München - Zwei Überfälle auf dieselbe Filiale der VR-Bank innerhalb von sechs Wochen – diese Miniserie vom September und Oktober dieses Jahres beschäftigt derzeit die Münchner Polizei. Jetzt gibt es erste Erkenntnisse.

 Nun steht fest: Schon zwei Tage vor dem ersten Überfall in Waldtrudering waren die beiden Täter in Murnau nach demselben ­Schema vorgegangen. Auch dort war es eine VR-Bank – und auch dort überraschten die Räuber morgens ankommende Mitarbeiter. Stefan Sonntag, Sprecher des Polizeipräsidiums Oberbayern, sagte zum Mur­nauer ­Tagblatt: „Inzwischen sind wir uns sicher.
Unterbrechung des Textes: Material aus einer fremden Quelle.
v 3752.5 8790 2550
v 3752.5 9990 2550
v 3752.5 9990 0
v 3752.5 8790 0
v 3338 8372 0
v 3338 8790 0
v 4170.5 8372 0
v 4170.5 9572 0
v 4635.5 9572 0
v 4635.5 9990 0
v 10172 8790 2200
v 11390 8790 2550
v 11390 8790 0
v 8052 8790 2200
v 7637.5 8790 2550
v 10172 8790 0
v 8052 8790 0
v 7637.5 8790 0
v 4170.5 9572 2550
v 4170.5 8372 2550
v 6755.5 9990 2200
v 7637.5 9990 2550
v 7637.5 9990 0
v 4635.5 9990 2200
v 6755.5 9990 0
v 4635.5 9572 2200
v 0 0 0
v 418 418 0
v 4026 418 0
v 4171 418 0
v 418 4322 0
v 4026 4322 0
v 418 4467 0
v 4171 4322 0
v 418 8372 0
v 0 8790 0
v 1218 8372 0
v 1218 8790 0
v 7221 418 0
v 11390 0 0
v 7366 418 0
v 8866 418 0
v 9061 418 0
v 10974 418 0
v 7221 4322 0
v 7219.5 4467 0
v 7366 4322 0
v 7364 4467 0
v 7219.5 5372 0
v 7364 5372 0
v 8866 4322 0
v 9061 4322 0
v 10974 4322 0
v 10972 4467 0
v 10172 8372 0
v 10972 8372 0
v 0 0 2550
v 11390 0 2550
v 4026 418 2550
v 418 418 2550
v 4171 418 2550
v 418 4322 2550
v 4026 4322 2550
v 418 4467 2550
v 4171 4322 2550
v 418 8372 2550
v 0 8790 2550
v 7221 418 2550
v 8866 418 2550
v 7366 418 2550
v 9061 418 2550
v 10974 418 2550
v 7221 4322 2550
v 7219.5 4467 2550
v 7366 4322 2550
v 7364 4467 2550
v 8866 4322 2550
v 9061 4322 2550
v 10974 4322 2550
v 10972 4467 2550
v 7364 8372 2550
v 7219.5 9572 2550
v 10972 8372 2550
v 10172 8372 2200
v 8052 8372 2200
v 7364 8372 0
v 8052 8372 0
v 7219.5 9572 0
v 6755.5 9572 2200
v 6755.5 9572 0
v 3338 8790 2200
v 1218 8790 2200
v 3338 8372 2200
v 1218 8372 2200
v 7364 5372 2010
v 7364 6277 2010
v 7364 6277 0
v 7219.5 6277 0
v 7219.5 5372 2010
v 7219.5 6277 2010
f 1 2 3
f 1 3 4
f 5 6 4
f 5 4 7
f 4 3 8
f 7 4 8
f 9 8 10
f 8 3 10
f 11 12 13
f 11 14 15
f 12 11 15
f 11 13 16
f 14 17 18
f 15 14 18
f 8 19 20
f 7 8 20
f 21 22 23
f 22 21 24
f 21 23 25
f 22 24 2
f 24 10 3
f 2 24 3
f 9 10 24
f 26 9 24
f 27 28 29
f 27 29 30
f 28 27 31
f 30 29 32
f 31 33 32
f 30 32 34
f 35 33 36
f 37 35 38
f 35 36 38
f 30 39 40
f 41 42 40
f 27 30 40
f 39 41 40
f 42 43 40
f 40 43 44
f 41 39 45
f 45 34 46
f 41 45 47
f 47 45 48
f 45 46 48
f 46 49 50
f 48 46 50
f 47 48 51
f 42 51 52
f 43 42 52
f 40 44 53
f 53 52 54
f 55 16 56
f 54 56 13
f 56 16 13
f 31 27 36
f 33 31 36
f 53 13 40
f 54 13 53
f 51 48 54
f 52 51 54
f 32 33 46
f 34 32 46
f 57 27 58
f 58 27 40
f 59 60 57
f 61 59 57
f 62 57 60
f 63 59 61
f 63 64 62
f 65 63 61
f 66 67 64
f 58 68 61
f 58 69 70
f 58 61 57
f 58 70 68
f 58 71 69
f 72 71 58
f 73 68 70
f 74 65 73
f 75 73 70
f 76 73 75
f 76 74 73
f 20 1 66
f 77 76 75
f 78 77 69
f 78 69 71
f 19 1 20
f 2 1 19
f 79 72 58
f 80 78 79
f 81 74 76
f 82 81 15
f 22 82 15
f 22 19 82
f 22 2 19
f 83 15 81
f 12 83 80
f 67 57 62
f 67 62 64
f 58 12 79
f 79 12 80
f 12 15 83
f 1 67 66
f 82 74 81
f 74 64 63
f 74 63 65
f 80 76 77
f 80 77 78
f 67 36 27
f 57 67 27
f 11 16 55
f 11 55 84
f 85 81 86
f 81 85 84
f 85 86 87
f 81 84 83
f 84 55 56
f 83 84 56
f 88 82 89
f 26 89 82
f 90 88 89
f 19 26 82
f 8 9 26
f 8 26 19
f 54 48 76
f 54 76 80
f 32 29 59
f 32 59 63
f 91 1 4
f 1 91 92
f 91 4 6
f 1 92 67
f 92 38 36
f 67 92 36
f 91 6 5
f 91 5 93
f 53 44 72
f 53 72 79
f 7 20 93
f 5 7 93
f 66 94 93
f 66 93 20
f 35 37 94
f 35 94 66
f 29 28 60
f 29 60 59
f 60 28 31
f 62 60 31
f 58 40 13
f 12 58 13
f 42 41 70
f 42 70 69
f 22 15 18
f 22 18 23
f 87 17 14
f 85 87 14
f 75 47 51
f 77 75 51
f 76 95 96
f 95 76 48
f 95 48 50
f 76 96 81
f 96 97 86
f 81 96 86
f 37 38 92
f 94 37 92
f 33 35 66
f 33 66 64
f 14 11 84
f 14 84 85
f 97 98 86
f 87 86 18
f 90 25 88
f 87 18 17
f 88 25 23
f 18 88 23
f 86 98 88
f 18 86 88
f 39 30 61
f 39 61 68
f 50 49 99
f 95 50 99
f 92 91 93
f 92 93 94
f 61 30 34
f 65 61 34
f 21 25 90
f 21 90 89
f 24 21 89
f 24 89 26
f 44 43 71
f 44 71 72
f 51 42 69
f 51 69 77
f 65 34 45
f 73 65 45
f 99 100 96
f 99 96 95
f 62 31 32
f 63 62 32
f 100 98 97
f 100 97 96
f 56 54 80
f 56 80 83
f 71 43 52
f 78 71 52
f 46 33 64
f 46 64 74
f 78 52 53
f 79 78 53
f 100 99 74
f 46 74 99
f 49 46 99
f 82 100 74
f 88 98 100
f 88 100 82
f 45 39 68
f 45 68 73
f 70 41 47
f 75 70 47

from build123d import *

# Parameters (mm, degrees)
F2_DEPTH  = 2550
F1_W      = 3608
F1_H      = 3905
F3_DEPTH  = 2550
F4_W      = 2120
F4_H      = 2200
F5_DEPTH  = 418
F6_W      = 2120
F6_H      = 2200
F7_DEPTH  = 418
F8_W      = 2120
F8_H      = 2200
F9_DEPTH  = 418
F10_W     = 905
F10_H     = 2010
F11_DEPTH = 144.5
F12_W     = 3608
F12_H     = 3904
F12_W_2   = 3050
F12_W_3   = 1500
F12_W_4   = 1913
F13_DEPTH = 2550.001


with BuildPart() as f2:
    # F0 (on Top) → F2 (new body)
    with BuildSketch(Plane.XY):
        Polygon((0, 8790), (0, 0), (11390, 0), (11390, 8790), (7637.5, 8790), (7637.5, 9990), (3752.5, 9990), (3752.5, 8790), align=None)
    extrude(amount=F2_DEPTH)

    # F1 (on face) → F3 (cut)
    with BuildSketch(Plane.XY):
        Polygon((4170.5, 8372), (418, 8372), (418, 4467), (7219.5, 4467), (7219.5, 9572), (4170.5, 9572), align=None)
        with Locations((9168, 6419.5)):
            Rectangle(F1_W, F1_H)
    extrude(amount=F3_DEPTH, mode=Mode.SUBTRACT)

    # F4 (on face) → F5 (cut)
    with BuildSketch(Plane(origin=(0, 8790, 0), x_dir=(-1, 0, 0), z_dir=(0, 1, 0))):
        with Locations((-9112, 1100)):
            Rectangle(F4_W, F4_H)
    extrude(amount=-F5_DEPTH, mode=Mode.SUBTRACT)

    # F6 (on face) → F7 (cut)
    with BuildSketch(Plane(origin=(0, 9990, 0), x_dir=(-1, 0, 0), z_dir=(0, 1, 0))):
        with Locations((-5695.5, 1100)):
            Rectangle(F6_W, F6_H)
    extrude(amount=-F7_DEPTH, mode=Mode.SUBTRACT)

    # F8 (on face) → F9 (cut)
    with BuildSketch(Plane(origin=(0, 8790, 0), x_dir=(-1, 0, 0), z_dir=(0, 1, 0))):
        with Locations((-2278, 1100)):
            Rectangle(F8_W, F8_H)
    extrude(amount=-F9_DEPTH, mode=Mode.SUBTRACT)

    # F10 (on face) → F11 (cut, through all)
    with BuildSketch(Plane(origin=(7219.5, 0, 0), x_dir=(0, -1, 0), z_dir=(-1, 0, 0))):
        with Locations((-5824.5, 1005)):
            Rectangle(F10_W, F10_H)
    extrude(amount=-F11_DEPTH, mode=Mode.SUBTRACT)

    # F12 (on Top) → F13 (cut, through all)
    with BuildSketch(Plane.XY):
        with Locations((2222, 2370)):
            Rectangle(F12_W, F12_H)
        with Locations((5696, 2370)):
            Rectangle(F12_W_2, F12_H)
        with Locations((8116, 2370)):
            Rectangle(F12_W_3, F12_H)
        with Locations((10017.5, 2370)):
            Rectangle(F12_W_4, F12_H)
    extrude(amount=F13_DEPTH, mode=Mode.SUBTRACT)


solid = f2.part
Die Beschreibung der Männer und der Tatablauf sind der gleiche.“

Der Überfall in Murnau geschah am 13. September. Dabei überwältigten zwei Räuber um sieben Uhr die Putzfrau und ihre Tochter, sperrten die Frauen in den Keller und entkamen – ohne Beute. Der Münchner Überfall vom 15. September schlägt aus der Reihe, weil nur einer der Täter mit vorgehaltener Waffe in die Bank stürmte und mit mehreren tausend Euro unerkannt floh. Dabei wurde er von der Überwachungskamera gefilmt.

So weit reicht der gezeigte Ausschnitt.